* Task description *
Below are records; reproduce exactly the lines from the first through the one containing "v -4 0 15.524".

(Stored data entries)
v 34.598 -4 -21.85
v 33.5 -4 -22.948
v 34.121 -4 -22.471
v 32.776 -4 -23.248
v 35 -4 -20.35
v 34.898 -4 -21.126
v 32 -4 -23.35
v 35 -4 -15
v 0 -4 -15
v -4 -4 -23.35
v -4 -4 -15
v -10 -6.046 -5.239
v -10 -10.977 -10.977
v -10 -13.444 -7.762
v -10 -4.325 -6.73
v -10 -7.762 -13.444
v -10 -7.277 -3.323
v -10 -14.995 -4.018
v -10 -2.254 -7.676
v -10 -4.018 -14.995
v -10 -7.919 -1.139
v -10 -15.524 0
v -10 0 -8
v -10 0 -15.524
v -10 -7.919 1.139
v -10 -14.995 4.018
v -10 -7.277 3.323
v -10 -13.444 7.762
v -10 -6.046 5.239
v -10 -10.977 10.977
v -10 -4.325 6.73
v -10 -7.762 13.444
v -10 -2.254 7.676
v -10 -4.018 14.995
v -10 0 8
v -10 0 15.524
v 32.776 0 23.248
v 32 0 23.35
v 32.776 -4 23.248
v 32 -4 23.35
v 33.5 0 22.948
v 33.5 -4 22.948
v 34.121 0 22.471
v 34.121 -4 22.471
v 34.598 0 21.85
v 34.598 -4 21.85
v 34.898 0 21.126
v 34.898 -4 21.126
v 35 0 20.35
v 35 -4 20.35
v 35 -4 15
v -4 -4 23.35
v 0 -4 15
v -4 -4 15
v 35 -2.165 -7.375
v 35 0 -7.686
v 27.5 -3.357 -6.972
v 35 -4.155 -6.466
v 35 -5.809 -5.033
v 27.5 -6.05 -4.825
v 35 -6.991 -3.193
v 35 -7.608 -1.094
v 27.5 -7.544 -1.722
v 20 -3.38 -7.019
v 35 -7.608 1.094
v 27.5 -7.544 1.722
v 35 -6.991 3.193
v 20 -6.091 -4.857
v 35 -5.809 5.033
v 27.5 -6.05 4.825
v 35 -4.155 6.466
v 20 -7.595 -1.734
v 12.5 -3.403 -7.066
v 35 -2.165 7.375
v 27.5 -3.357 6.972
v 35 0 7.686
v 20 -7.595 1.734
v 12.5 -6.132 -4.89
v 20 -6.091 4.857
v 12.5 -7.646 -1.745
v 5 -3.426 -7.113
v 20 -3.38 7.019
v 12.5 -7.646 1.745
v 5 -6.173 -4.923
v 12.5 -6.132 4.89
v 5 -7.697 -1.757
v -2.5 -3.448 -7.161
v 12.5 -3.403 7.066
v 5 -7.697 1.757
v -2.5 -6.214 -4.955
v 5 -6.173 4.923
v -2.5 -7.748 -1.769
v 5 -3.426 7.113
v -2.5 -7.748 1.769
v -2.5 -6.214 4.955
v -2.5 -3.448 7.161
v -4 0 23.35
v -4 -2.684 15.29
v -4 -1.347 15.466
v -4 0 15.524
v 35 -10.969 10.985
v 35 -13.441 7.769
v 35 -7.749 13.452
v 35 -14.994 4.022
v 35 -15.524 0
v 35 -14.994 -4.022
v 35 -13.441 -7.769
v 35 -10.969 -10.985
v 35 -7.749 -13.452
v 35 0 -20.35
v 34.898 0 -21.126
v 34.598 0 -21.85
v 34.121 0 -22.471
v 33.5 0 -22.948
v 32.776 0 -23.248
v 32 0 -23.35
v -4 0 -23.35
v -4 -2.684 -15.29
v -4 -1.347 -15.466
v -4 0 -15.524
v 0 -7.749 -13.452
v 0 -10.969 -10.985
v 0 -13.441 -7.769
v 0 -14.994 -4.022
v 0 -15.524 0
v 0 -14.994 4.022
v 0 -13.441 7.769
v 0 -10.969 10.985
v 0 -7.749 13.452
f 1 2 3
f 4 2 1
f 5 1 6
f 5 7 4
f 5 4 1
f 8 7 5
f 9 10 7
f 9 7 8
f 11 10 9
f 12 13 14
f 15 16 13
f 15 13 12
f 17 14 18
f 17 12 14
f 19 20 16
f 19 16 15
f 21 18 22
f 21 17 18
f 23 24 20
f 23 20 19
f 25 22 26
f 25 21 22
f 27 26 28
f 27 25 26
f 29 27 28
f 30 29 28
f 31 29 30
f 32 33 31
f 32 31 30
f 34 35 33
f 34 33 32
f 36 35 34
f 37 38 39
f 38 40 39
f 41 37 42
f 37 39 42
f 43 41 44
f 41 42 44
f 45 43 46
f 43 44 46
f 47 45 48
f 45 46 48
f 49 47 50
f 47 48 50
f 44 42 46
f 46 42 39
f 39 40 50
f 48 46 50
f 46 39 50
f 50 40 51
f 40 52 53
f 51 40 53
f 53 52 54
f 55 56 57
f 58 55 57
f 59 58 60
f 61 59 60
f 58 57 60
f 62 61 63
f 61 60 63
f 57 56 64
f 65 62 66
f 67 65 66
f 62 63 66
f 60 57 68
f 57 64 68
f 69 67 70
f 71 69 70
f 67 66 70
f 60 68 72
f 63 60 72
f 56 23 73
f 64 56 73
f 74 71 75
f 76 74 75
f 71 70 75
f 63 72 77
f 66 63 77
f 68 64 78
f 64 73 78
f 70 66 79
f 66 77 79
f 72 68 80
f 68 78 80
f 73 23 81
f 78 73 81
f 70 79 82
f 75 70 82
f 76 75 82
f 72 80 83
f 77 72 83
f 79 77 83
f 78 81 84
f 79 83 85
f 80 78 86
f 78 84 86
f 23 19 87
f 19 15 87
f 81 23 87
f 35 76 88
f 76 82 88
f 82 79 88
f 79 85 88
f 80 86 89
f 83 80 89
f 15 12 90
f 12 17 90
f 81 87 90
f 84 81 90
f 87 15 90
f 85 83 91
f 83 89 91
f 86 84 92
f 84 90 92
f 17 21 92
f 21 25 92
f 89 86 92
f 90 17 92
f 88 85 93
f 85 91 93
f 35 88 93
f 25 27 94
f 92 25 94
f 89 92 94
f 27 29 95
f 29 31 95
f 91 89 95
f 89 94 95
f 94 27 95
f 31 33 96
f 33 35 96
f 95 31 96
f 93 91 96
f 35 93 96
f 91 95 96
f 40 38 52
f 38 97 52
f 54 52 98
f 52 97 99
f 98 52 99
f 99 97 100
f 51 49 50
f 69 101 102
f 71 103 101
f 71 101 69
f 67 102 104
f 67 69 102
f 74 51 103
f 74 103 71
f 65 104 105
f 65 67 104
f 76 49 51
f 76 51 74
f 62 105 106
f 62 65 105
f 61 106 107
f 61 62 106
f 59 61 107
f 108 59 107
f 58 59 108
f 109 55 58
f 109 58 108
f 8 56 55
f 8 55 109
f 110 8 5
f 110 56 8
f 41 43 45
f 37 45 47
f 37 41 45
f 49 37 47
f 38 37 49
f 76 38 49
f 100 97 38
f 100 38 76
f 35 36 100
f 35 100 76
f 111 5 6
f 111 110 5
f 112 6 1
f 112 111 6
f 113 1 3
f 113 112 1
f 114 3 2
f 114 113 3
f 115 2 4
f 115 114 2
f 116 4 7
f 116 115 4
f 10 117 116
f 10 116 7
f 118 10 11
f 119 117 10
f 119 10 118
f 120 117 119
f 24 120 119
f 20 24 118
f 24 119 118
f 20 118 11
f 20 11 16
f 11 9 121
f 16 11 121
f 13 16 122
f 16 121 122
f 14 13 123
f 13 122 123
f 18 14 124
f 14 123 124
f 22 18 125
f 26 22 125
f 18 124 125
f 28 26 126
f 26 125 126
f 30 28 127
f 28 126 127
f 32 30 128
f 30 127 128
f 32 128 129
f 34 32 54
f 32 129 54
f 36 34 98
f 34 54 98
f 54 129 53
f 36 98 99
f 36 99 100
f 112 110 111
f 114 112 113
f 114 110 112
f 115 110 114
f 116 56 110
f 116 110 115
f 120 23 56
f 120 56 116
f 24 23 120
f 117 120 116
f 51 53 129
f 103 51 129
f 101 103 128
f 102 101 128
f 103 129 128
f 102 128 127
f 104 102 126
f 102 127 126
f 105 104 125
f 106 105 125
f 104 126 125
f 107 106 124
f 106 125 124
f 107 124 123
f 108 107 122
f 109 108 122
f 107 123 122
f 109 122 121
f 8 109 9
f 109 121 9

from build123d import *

# Parameters (mm, degrees)
BOSS_EXTRUDE1_DEPTH = 35
BOSS_EXTRUDE2_START = 10
BOSS_EXTRUDE2_DEPTH = 10
FILLET1_R           = 3
FILLET3_R           = 3
BOSS_EXTRUDE3_START = 4
BOSS_EXTRUDE3_DEPTH = 4
SKETCH4_R           = 8
CUT_EXTRUDE7_DEPTH  = 54.020962835
CUT_EXTRUDE7_DRAFT  = -0.4


with BuildPart() as part:
    # Sketch1 → Boss-Extrude1 (new body)
    with BuildSketch(Plane(origin=(0, 0, 0), x_dir=(0, 0, -1), z_dir=(1, 0, 0))):
        with BuildLine():
            Line((-9, 0), (-16.35, 0))
            Line((-16.35, 0), (-23.35, 0))
            Line((-23.35, 0), (-23.35, -4))
            Line((-23.35, -4), (-15, -4))
            ThreePointArc((-15, -4), (0, -15.524174696), (15, -4))
            Line((15, -4), (23.35, -4))
            Line((23.35, -4), (23.35, 0))
            Line((23.35, 0), (16.35, 0))
            Line((16.35, 0), (9, 0))
            Line((9, 0), (-9, 0))
        make_face()
    extrude(amount=BOSS_EXTRUDE1_DEPTH)

    # Sketch2 → Boss-Extrude2 (add)
    with BuildSketch(Plane.ZY.offset(BOSS_EXTRUDE2_START)):
        with BuildLine():
            Line((0, 0), (-15.524174696, 0))
            ThreePointArc((-15.524174696, 0), (-15.392573216, -2.017099348), (-15, -4))
            ThreePointArc((-15, -4), (0, -15.524174696), (15, -4))
            ThreePointArc((15, -4), (15.392573216, -2.017099348), (15.524174696, 0))
            Line((15.524174696, 0), (0, 0))
        make_face()
    extrude(amount=-BOSS_EXTRUDE2_DEPTH)

    # Fillet1
    fillet1_edges = [part.edges().sort_by_distance(p)[0] for p in [
        (35, -2, 23.35),
    ]]
    fillet(fillet1_edges, radius=FILLET1_R)

    # Fillet3
    fillet3_edges = [part.edges().sort_by_distance(p)[0] for p in [
        (35, -2, -23.35),
    ]]
    fillet(fillet3_edges, radius=FILLET3_R)

    # Sketch3 → Boss-Extrude3 (add)
    with BuildSketch(Plane.ZY.offset(BOSS_EXTRUDE3_START)):
        with BuildLine():
            Line((-15.524174696, 0), (-23.35, 0))
            Line((-23.35, 0), (-23.35, -4))
            Line((-23.35, -4), (-15, -4))
            ThreePointArc((-15, -4), (-15.392573216, -2.017099348), (-15.524174696, 0))
        make_face()
        with BuildLine():
            Line((23.35, -4), (15, -4))
            ThreePointArc((15, -4), (15.392573216, -2.017099348), (15.524174696, 0))
            Line((15.524174696, 0), (23.35, 0))
            Line((23.35, 0), (23.35, -4))
        make_face()
    extrude(amount=-BOSS_EXTRUDE3_DEPTH)


with BuildPart() as cut_extrude7_tool:
    # Sketch4 → Cut-Extrude7 (with draft: the straight prism first)
    with BuildSketch(Plane.ZY.offset(10)):
        Circle(SKETCH4_R)
    extrude(amount=-CUT_EXTRUDE7_DEPTH)
    # Cut-Extrude7: the draft: its side faces are tilted about the plane it starts from
    cut_extrude7_sides = [cut_extrude7_tool.faces().sort_by_distance(p)[0] for p in [
        (17.010481418, 0, -8),
    ]]
    draft(cut_extrude7_sides, Plane.ZY.offset(10), CUT_EXTRUDE7_DRAFT)


with BuildPart() as part_1:
    add(part.part)

    # Cut-Extrude7: cut by cut_extrude7_tool
    add(cut_extrude7_tool.part, mode=Mode.SUBTRACT)


solid = part_1.part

* The completed task *
v 34.598 -4 -21.85
v 33.5 -4 -22.948
v 34.121 -4 -22.471
v 32.776 -4 -23.248
v 35 -4 -20.35
v 34.898 -4 -21.126
v 32 -4 -23.35
v 35 -4 -15
v 0 -4 -15
v -4 -4 -23.35
v -4 -4 -15
v -10 -6.046 -5.239
v -10 -10.977 -10.977
v -10 -13.444 -7.762
v -10 -4.325 -6.73
v -10 -7.762 -13.444
v -10 -7.277 -3.323
v -10 -14.995 -4.018
v -10 -2.254 -7.676
v -10 -4.018 -14.995
v -10 -7.919 -1.139
v -10 -15.524 0
v -10 0 -8
v -10 0 -15.524
v -10 -7.919 1.139
v -10 -14.995 4.018
v -10 -7.277 3.323
v -10 -13.444 7.762
v -10 -6.046 5.239
v -10 -10.977 10.977
v -10 -4.325 6.73
v -10 -7.762 13.444
v -10 -2.254 7.676
v -10 -4.018 14.995
v -10 0 8
v -10 0 15.524
v 32.776 0 23.248
v 32 0 23.35
v 32.776 -4 23.248
v 32 -4 23.35
v 33.5 0 22.948
v 33.5 -4 22.948
v 34.121 0 22.471
v 34.121 -4 22.471
v 34.598 0 21.85
v 34.598 -4 21.85
v 34.898 0 21.126
v 34.898 -4 21.126
v 35 0 20.35
v 35 -4 20.35
v 35 -4 15
v -4 -4 23.35
v 0 -4 15
v -4 -4 15
v 35 -2.165 -7.375
v 35 0 -7.686
v 27.5 -3.357 -6.972
v 35 -4.155 -6.466
v 35 -5.809 -5.033
v 27.5 -6.05 -4.825
v 35 -6.991 -3.193
v 35 -7.608 -1.094
v 27.5 -7.544 -1.722
v 20 -3.38 -7.019
v 35 -7.608 1.094
v 27.5 -7.544 1.722
v 35 -6.991 3.193
v 20 -6.091 -4.857
v 35 -5.809 5.033
v 27.5 -6.05 4.825
v 35 -4.155 6.466
v 20 -7.595 -1.734
v 12.5 -3.403 -7.066
v 35 -2.165 7.375
v 27.5 -3.357 6.972
v 35 0 7.686
v 20 -7.595 1.734
v 12.5 -6.132 -4.89
v 20 -6.091 4.857
v 12.5 -7.646 -1.745
v 5 -3.426 -7.113
v 20 -3.38 7.019
v 12.5 -7.646 1.745
v 5 -6.173 -4.923
v 12.5 -6.132 4.89
v 5 -7.697 -1.757
v -2.5 -3.448 -7.161
v 12.5 -3.403 7.066
v 5 -7.697 1.757
v -2.5 -6.214 -4.955
v 5 -6.173 4.923
v -2.5 -7.748 -1.769
v 5 -3.426 7.113
v -2.5 -7.748 1.769
v -2.5 -6.214 4.955
v -2.5 -3.448 7.161
v -4 0 23.35
v -4 -2.684 15.29
v -4 -1.347 15.466
v -4 0 15.524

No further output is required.